The JymKit API stays close to the *somewhat* established [Gymnax](https://github.com/RobertTLange/gymnax) API for the `reset()` and `step()` functions, but allows for truncated episodes in a manner closer to [Gymnasium](https://gymnasium.farama.org/).

```python
env = jym.make(...)

obs, env_state = env.reset(key) # <-- Mirroring Gymnax

# env.step(): Gymnasium Timestep tuple with state information
(obs, reward, terminated, truncated, info), env_state = env.step(key, state, action)
```

## 🤖 Algorithms

Algorithms in `jymkit.algorithms` are built following a near-single-file implementation philosophy in mind. In contrast to implementations in [CleanRL](https://github.com/vwxyzjn/cleanrl) or [PureJaxRL](https://github.com/luchris429/purejaxrl), JymKit algorithms are built in Equinox and follow a class-based design with a familiar [Stable-Baselines](https://github.com/DLR-RM/stable-baselines3) API. 

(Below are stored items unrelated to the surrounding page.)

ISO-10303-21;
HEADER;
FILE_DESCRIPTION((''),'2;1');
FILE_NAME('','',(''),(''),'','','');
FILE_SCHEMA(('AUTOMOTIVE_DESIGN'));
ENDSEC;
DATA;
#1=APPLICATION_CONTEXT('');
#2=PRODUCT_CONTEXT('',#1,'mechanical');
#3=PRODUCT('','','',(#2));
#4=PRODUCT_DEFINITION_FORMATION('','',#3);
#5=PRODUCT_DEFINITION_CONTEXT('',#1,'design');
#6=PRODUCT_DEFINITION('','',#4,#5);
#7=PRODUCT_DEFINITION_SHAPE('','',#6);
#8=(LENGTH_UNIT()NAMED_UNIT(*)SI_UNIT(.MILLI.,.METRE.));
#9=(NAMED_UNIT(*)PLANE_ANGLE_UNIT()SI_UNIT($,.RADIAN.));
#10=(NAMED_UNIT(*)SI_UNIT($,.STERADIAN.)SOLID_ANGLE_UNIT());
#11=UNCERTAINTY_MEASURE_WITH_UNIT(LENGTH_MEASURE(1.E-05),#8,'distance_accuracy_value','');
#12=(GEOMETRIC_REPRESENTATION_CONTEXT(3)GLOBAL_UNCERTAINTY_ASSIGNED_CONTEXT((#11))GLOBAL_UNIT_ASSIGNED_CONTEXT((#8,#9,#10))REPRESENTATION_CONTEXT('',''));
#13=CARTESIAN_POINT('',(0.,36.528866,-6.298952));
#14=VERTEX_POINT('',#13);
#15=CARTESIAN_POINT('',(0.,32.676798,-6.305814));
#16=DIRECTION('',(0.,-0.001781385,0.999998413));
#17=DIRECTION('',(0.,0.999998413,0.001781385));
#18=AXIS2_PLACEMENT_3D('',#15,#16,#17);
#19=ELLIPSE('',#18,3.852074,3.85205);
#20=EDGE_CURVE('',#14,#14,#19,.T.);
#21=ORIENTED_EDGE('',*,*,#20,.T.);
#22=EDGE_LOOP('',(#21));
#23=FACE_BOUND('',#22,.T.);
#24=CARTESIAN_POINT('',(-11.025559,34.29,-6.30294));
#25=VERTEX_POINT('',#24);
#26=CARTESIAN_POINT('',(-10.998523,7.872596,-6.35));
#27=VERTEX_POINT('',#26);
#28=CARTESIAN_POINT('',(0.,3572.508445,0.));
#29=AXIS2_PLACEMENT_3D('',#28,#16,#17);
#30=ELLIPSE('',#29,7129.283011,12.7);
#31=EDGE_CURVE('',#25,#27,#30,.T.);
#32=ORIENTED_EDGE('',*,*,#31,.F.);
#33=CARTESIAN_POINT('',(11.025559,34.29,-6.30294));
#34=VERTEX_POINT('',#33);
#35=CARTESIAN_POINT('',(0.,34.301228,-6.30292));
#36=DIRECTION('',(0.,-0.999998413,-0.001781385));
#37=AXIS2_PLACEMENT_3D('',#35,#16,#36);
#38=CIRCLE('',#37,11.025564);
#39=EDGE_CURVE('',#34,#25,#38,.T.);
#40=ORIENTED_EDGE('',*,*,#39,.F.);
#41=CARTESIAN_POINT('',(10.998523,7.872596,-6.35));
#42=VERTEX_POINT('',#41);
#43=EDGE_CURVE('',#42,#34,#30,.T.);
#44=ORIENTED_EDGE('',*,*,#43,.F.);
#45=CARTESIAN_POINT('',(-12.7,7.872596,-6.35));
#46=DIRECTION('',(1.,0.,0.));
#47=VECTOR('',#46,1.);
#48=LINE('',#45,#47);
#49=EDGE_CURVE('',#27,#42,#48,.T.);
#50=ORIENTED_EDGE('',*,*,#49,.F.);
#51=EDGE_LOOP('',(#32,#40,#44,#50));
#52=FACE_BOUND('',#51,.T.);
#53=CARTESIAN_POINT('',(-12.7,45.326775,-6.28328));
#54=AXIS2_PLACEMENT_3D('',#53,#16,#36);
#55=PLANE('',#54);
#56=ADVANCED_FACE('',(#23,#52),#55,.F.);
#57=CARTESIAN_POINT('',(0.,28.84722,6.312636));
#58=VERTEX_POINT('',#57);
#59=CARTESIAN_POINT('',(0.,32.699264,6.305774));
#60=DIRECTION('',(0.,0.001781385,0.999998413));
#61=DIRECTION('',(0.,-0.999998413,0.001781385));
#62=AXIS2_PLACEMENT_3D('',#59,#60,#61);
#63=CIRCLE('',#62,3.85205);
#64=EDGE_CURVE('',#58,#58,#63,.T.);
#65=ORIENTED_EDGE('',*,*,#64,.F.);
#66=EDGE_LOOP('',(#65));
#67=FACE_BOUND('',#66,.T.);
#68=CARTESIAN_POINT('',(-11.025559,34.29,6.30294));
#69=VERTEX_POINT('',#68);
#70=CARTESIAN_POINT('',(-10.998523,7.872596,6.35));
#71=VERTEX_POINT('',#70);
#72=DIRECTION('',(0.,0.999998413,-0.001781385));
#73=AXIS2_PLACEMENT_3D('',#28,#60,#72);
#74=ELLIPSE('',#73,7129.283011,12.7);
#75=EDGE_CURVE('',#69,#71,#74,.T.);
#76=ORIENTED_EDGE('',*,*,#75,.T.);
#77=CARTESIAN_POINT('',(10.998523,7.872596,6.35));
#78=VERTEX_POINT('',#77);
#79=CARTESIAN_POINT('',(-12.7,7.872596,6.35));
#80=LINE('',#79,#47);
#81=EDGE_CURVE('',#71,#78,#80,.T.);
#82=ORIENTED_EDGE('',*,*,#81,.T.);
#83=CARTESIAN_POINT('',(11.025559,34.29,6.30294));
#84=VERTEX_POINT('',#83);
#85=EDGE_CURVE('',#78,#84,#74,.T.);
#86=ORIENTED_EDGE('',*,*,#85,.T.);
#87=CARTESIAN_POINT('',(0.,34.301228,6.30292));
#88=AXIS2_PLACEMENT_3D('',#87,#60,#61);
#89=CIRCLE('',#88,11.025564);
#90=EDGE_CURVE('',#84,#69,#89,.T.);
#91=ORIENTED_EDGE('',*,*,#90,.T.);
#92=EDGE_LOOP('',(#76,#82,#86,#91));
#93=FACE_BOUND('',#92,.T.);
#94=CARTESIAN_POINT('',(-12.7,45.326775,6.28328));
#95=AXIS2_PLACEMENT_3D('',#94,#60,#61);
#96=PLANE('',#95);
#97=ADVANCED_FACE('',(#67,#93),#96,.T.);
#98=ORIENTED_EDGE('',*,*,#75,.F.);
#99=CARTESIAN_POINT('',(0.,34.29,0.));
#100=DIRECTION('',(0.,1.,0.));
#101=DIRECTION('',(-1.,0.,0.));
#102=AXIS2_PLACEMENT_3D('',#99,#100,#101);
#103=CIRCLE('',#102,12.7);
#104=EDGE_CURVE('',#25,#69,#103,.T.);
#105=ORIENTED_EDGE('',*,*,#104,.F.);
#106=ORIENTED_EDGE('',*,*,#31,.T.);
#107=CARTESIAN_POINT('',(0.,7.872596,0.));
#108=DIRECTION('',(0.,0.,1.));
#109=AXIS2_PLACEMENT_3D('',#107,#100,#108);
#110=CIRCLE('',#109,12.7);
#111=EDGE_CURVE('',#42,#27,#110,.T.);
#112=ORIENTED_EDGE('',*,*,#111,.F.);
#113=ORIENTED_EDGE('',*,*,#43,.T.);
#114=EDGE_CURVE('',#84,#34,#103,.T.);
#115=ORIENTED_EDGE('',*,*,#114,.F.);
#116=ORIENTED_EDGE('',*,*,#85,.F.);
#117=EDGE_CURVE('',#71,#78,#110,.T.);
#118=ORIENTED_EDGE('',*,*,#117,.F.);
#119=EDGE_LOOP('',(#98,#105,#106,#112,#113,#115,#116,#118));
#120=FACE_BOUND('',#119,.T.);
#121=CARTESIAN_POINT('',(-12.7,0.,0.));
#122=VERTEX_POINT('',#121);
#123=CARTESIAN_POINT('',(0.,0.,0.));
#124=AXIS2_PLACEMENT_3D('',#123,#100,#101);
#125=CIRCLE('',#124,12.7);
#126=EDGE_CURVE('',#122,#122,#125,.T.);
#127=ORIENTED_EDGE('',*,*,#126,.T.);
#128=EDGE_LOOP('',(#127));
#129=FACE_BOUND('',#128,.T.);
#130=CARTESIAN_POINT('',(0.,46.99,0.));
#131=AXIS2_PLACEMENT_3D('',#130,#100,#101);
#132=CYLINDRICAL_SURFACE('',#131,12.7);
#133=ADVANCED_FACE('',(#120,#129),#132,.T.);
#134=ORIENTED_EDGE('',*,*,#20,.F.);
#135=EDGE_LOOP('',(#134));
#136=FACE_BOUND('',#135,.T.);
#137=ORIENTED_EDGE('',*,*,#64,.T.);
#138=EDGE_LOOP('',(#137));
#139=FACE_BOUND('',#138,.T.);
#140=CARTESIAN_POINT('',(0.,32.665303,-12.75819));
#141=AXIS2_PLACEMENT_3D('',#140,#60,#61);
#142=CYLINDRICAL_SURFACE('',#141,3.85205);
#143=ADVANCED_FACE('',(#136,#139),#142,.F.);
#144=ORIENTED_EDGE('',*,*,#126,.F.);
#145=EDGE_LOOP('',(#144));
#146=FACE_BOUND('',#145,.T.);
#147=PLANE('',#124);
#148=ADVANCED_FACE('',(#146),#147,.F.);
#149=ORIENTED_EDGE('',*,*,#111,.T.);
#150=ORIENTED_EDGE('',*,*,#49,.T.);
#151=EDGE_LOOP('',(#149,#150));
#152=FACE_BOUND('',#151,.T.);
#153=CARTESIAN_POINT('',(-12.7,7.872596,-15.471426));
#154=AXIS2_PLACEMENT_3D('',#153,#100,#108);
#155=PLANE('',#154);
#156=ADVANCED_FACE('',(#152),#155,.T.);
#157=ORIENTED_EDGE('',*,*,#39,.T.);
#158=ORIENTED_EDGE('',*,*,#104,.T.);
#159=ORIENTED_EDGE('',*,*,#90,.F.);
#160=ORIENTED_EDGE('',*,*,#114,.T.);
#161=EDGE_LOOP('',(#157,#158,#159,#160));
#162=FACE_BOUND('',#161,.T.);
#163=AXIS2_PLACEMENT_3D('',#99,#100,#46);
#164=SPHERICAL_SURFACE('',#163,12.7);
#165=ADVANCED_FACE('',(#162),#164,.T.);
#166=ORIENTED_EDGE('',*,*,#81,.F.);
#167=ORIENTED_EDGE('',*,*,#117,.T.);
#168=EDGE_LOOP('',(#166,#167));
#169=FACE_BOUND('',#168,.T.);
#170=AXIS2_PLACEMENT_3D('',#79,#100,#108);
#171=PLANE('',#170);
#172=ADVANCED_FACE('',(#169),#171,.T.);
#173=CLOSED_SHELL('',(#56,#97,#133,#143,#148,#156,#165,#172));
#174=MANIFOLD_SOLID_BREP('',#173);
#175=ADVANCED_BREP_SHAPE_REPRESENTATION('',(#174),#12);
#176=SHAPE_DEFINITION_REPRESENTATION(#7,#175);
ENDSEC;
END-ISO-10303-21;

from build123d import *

# Parameters (mm, degrees)
CUT_EXTRUDE1_DEPTH      = 51.305467894
CUT_EXTRUDE2_DEPTH      = 53.265868848
CUT_EXTRUDE2_DEPTH_BACK = 53.265868848
SKETCH6_R               = 3.852050009


with BuildPart() as part:
    # Sketch3 → Revolve1 (revolve)
    with BuildSketch(Plane.XY):
        with BuildLine():
            Line((0, 46.99), (0, 0))
            Line((0, 0), (12.7, 0))
            Line((12.7, 0), (12.7, 34.29))
            ThreePointArc((12.7, 34.29), (8.980256121, 43.270256121), (0, 46.99))
        make_face()
    revolve(axis=Axis((0, 46.99, 0), (0, -1, 0)))

    # Sketch4 → Cut-Extrude1 (cut, symmetric)
    with BuildSketch(Plane(origin=(0, 0, 0), x_dir=(0, 0, -1), z_dir=(1, 0, 0))):
        Polygon((-6.28327957, 45.326774794), (-6.35, 7.872595515), (-12.7, 7.872595515), (-15.471425878, 7.872595515), (-17.507867096, 7.199216011), (-21.88483387, 7.199216011), (-21.88483387, 45.326774794), align=None)
    cut_extrude1 = extrude(amount=CUT_EXTRUDE1_DEPTH, both=True, mode=Mode.SUBTRACT)

    # Mirror1: Cut-Extrude1 across plane
    add(cut_extrude1.mirror(Plane.XY), mode=Mode.SUBTRACT)

    # Sketch6 → Cut-Extrude2 (cut, two sides: drawn at the far end of the back side and taken through both)
    with BuildSketch(Plane(origin=(0, 0.011336761, 6.364003953), x_dir=(1, 0, 0), z_dir=(0, 0.0017813853062925587, 0.9999984133319366)).offset(-CUT_EXTRUDE2_DEPTH_BACK)):
        with Locations(Location((0, 32.687978784, 0), (0, 0, 270))):
            Circle(SKETCH6_R)
    extrude(amount=CUT_EXTRUDE2_DEPTH + CUT_EXTRUDE2_DEPTH_BACK, mode=Mode.SUBTRACT)


solid = part.part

Each algorithm supports both discrete- and continuous action/observation space -- adjusting based on the provided environment `observation_space` and `action_space`. Additionally, the implementations support multi-agent environments out of the box.

```python
from jymkit.algorithms import PPO
import jax

env = ...
agent = PPO(**some_good_hyperparameters)
agent = agent.train(jax.random.PRNGKey(0), env)
```

> Currently, only a `PPO` implementation is implemented. More will be included in the near future. However, the current goal is not to include as many algorithms as possible.